MIT and Databricks Report Finds Data Management Key to Scaling AI

SEP 20, 2022

A new report from MIT Technology Review, in association with Databricks, found that 72% of C-level respondents believe data mismanagement will jeopardize future AI success.

The report, “CIO vision 2025: Bridging the gap between BI and AI,” is based on a survey of 600 global CIOs, CDOs, and CTOs from 14 industries conducted in May and June 2022. According to Databricks, the purpose of the report is to understand how leaders are thinking about challenges in data management and business value realization as they work to unleash the power of AI in their enterprises.

Key findings include how 78% of surveyed executives say scaling AI successfully is a top priority for their data strategies and over half expect AI use to be widespread or critical in IT, finance, product development, marketing, sales, and other business functions by 2025 with 94% indicating they have already adopted AI in their organization. A majority of companies say they will invest in unifying their data analytics and AI platforms in the next three years and 99% of leaders believe this will be crucial for the success of their overall data strategy.

Scaling AI involves improving data management, including data processing speeds, governance, and quality. When asked which aspects of their company’s data strategy need the most improvement, 35% of respondents pinpointed slow data processing speeds, and 25% named a lack of sufficient data to feed AI and ML models. Access to and integration of external data was also a concern for 26%.

These are the tangible benefits of AI listed by respondents both for today and the future. Source: Databricks/MIT Technology Review

“Data issues are more likely than not to be the reason if companies fail to achieve their AI goals, according to more than two-thirds of the technology executives we surveyed,” says Francesca Fanshawe, editorial director for MIT Technology Review and editor of the report. “Improving processing speeds, governance, and quality of data, as well as its sufficiency for models, are the main data imperatives to ensure AI can be scaled.”

Data security is also a priority with leaders revealing they plan to increase spending on security improvement by an average of 101% over the next three years. The leader group also plans to invest 85% more in the same period on data governance, 69% more on new data and AI platforms, and 63% more on existing platforms.

The report lists a few attributes of successful data and AI technology foundations, including a democratization of data to involve a greater number of data literate employees who can configure and improve AI algorithms. Openness is another attribute, with open standards and data formats allowing organizations to source data, insights, and tools externally to facilitate collaboration. Third, a multi-cloud approach can give access to faster and more powerful data processing but involves data management complexity, and technology foundations should include platforms with centralized capabilities such as MLOps.

The report concludes that for many organizations, the journey to becoming AI-driven has just begun: “CIOs recognize that their organizations have thus far only scratched the surface of the efficiency, speed, innovation, and other gains that the use of AI and machine learning can generate across different functions.
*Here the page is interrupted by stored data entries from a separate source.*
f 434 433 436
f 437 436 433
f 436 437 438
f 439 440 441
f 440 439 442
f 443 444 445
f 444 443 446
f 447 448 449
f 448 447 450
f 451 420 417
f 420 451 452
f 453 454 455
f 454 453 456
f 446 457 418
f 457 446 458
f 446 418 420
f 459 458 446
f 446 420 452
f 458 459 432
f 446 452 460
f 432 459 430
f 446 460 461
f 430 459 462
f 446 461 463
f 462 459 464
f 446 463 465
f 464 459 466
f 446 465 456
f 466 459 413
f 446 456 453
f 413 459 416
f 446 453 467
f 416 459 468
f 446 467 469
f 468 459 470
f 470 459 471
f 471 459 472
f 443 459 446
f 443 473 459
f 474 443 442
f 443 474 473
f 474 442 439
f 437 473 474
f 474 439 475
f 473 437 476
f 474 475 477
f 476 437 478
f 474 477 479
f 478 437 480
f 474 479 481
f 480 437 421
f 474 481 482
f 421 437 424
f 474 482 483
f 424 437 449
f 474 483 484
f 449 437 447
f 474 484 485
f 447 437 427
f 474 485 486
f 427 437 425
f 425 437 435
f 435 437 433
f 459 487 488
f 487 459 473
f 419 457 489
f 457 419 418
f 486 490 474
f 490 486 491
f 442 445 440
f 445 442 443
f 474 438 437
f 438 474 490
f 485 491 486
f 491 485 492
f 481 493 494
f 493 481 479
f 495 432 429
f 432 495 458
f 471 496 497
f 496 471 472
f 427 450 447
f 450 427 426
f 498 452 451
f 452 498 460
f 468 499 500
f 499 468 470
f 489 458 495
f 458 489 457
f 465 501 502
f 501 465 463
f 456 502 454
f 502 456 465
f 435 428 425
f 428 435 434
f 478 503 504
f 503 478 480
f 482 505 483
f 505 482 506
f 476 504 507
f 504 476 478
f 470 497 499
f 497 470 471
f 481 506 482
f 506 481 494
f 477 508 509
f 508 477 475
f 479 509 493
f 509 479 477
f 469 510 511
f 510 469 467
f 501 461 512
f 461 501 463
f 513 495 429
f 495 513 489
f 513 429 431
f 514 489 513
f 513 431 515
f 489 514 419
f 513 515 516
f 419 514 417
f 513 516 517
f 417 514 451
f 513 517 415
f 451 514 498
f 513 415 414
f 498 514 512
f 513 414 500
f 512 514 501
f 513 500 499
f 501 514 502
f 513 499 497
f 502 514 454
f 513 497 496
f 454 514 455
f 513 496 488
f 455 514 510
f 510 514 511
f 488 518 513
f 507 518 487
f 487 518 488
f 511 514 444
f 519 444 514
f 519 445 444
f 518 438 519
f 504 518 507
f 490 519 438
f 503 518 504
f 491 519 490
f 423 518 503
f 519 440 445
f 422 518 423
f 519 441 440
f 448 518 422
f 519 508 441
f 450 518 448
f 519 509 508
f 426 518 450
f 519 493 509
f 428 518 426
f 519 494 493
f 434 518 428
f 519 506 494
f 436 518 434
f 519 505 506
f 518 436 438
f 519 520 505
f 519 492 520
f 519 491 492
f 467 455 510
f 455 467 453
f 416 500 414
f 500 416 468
They also recognize that the data, talent, and other foundations they are putting in place to support AI development cannot remain static,” the report states. “The foundations must evolve not just to enable the critical scale of use cases to be reached, but also to keep pace with future advances in the science of AI and the demands they may pose for additional power, expertise, and process change.”
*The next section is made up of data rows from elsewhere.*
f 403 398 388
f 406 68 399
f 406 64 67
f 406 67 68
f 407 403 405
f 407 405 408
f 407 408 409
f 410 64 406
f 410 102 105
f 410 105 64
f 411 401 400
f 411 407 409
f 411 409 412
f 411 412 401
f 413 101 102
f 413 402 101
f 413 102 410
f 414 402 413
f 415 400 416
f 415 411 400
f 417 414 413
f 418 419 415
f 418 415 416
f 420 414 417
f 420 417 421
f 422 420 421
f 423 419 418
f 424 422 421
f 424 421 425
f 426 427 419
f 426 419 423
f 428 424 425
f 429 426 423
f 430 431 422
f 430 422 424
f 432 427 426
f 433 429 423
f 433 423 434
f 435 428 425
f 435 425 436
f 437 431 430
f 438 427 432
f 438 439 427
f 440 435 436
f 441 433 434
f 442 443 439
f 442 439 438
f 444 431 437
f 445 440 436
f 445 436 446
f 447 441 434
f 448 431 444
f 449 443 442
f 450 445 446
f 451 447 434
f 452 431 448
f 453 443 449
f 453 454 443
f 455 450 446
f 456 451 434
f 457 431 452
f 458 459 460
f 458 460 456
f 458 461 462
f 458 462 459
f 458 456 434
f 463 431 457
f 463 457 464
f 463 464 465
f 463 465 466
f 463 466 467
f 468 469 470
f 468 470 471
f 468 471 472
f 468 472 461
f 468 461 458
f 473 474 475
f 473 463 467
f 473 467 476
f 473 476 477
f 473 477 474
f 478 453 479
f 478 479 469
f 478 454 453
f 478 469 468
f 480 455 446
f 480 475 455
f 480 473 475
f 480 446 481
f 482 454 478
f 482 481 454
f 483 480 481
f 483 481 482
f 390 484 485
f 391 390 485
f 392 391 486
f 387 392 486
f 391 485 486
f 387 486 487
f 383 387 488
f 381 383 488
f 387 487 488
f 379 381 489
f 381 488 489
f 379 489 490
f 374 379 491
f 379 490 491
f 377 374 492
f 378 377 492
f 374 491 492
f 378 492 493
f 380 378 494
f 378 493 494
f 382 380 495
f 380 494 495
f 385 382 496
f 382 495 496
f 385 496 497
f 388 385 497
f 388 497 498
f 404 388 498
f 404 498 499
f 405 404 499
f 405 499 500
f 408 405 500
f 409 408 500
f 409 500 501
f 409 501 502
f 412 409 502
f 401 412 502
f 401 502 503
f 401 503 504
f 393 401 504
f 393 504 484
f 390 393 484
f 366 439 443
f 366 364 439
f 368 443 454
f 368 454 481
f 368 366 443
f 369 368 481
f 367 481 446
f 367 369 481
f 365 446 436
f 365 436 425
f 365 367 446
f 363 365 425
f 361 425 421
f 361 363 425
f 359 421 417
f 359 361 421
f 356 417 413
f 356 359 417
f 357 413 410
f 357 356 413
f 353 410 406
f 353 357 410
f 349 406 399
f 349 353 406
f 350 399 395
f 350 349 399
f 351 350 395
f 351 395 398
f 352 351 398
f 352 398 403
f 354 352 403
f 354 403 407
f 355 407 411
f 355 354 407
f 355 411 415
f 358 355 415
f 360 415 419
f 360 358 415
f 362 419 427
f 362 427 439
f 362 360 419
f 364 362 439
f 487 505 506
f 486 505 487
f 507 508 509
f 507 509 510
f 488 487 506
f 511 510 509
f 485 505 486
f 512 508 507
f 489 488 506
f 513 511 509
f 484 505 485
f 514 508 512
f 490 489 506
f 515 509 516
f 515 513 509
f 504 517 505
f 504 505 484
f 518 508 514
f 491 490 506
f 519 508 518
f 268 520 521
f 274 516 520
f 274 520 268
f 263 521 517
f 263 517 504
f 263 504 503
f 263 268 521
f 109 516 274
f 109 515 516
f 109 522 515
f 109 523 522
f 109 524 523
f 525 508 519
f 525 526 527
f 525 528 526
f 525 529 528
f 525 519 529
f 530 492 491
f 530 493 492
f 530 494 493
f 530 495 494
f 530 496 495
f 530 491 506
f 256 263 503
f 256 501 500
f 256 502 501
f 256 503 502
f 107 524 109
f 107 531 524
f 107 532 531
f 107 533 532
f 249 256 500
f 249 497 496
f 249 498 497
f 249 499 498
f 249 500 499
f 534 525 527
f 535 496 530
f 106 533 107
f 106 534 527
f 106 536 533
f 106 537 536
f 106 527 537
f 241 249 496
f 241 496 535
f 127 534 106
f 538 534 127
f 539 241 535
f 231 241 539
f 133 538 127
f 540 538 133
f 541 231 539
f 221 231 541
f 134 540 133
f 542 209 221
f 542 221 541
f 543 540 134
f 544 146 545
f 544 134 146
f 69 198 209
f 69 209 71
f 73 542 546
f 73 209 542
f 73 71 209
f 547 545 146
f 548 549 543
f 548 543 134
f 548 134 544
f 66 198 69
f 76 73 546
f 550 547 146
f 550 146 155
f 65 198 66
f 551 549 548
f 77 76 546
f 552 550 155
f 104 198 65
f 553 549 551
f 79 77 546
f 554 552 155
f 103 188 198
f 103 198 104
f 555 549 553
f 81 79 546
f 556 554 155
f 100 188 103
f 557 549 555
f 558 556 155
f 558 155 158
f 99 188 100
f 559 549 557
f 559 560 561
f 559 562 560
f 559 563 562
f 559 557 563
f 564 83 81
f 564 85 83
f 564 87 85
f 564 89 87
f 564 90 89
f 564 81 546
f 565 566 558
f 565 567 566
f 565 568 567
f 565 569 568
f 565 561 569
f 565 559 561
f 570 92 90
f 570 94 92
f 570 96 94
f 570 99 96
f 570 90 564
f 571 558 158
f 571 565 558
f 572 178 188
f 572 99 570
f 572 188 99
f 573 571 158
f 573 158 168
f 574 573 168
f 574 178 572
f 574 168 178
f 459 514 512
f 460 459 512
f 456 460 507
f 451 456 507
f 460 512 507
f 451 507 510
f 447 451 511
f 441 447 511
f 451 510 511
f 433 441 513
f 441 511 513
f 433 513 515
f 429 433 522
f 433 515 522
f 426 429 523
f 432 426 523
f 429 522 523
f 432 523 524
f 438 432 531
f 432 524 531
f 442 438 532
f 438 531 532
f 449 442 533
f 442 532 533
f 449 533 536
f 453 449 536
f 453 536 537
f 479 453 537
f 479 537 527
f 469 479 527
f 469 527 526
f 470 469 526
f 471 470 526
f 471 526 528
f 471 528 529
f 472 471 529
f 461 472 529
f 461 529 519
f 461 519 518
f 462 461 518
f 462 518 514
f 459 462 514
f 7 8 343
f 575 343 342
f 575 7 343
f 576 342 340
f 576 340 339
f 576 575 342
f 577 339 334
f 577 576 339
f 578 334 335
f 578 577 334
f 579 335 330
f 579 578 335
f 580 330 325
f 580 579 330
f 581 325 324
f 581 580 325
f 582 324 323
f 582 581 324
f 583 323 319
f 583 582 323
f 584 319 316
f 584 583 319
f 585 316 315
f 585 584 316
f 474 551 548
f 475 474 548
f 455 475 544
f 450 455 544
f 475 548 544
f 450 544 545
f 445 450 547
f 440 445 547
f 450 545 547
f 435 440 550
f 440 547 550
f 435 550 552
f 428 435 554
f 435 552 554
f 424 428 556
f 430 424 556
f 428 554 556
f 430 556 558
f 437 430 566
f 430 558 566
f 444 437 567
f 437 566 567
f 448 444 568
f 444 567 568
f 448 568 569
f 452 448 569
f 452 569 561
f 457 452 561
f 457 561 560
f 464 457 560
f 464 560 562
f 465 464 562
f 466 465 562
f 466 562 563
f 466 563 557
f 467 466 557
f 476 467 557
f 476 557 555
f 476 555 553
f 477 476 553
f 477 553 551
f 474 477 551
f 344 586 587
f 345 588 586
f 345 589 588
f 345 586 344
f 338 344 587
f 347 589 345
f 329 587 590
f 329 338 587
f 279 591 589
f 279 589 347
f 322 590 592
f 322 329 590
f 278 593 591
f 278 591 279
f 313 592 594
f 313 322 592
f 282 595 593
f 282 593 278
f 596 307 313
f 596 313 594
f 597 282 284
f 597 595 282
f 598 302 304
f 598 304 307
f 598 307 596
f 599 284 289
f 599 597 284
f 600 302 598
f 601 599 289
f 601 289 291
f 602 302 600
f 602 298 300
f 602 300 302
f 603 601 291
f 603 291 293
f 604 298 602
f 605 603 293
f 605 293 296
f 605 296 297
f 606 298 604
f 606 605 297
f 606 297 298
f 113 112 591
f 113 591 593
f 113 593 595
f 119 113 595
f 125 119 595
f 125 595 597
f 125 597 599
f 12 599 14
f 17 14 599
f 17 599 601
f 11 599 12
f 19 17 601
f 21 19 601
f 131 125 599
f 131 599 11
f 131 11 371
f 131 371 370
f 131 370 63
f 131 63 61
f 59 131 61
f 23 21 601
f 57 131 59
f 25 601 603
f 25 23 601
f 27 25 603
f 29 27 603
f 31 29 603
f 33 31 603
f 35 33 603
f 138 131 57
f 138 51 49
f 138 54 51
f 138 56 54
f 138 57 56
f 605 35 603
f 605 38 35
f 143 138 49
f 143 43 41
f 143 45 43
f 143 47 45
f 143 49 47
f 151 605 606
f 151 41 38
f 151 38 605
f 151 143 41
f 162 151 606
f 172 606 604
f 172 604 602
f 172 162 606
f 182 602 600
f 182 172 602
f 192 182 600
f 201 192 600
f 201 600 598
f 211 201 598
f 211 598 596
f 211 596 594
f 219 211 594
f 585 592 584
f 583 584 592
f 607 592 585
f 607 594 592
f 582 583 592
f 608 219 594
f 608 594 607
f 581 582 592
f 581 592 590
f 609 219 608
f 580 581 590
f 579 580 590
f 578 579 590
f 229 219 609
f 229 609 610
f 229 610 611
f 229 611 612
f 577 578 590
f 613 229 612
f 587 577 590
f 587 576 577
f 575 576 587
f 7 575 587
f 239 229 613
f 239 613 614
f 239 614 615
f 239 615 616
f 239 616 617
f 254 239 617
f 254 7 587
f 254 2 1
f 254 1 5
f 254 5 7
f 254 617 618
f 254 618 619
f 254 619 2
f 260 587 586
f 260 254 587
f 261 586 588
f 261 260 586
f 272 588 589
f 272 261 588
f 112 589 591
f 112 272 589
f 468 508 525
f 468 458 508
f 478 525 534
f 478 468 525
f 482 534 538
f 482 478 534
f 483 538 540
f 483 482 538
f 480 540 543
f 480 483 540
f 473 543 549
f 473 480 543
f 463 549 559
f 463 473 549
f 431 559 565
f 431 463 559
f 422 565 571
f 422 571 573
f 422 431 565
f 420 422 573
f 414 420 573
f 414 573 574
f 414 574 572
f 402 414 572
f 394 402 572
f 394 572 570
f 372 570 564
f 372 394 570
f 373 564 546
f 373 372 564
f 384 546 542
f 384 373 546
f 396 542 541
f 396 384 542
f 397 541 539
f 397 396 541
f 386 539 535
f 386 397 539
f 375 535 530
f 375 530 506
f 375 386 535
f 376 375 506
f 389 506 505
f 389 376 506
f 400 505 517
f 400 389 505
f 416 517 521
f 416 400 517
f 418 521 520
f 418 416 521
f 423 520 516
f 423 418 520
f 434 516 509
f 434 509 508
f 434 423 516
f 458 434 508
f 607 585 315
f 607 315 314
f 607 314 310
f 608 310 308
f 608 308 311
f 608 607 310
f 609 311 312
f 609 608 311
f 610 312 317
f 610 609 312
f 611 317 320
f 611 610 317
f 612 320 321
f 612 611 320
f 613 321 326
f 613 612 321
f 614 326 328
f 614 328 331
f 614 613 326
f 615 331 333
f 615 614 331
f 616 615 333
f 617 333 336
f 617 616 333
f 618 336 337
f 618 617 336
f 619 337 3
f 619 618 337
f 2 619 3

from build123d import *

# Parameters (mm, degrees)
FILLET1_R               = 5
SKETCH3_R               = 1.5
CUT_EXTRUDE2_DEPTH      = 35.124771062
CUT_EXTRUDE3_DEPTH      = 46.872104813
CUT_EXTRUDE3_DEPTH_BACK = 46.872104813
These are the impediments to achieving AI goals, cited by survey respondents. Source: Databricks/MIT Technology Review

Databricks says the challenge of becoming AI-driven starts with data architecture that is equipped to handle workloads for business analytics, data engineering, data streaming, and machine learning. The company says a unified platform, such as a data lakehouse, can provide flexible, high-performance analytics, data science, and ML by combining the performance, reliability, and governance of data warehouses with the scalability, low cost, and workload flexibility of the data lake.

“These insights from global CIOs are consistent with what we hear in the field. AI-ready data is no longer a nice-to-have — it is critical to solve real-world problems and drive business outcomes,” says Chris D’Agostino, Global Field CTO at Databricks. “An open and unified platform like the Databricks Lakehouse enables organizations to put their data into action and we are committed to ongoing innovations that will empower business leaders to deploy and scale mission-critical AI projects successfully.”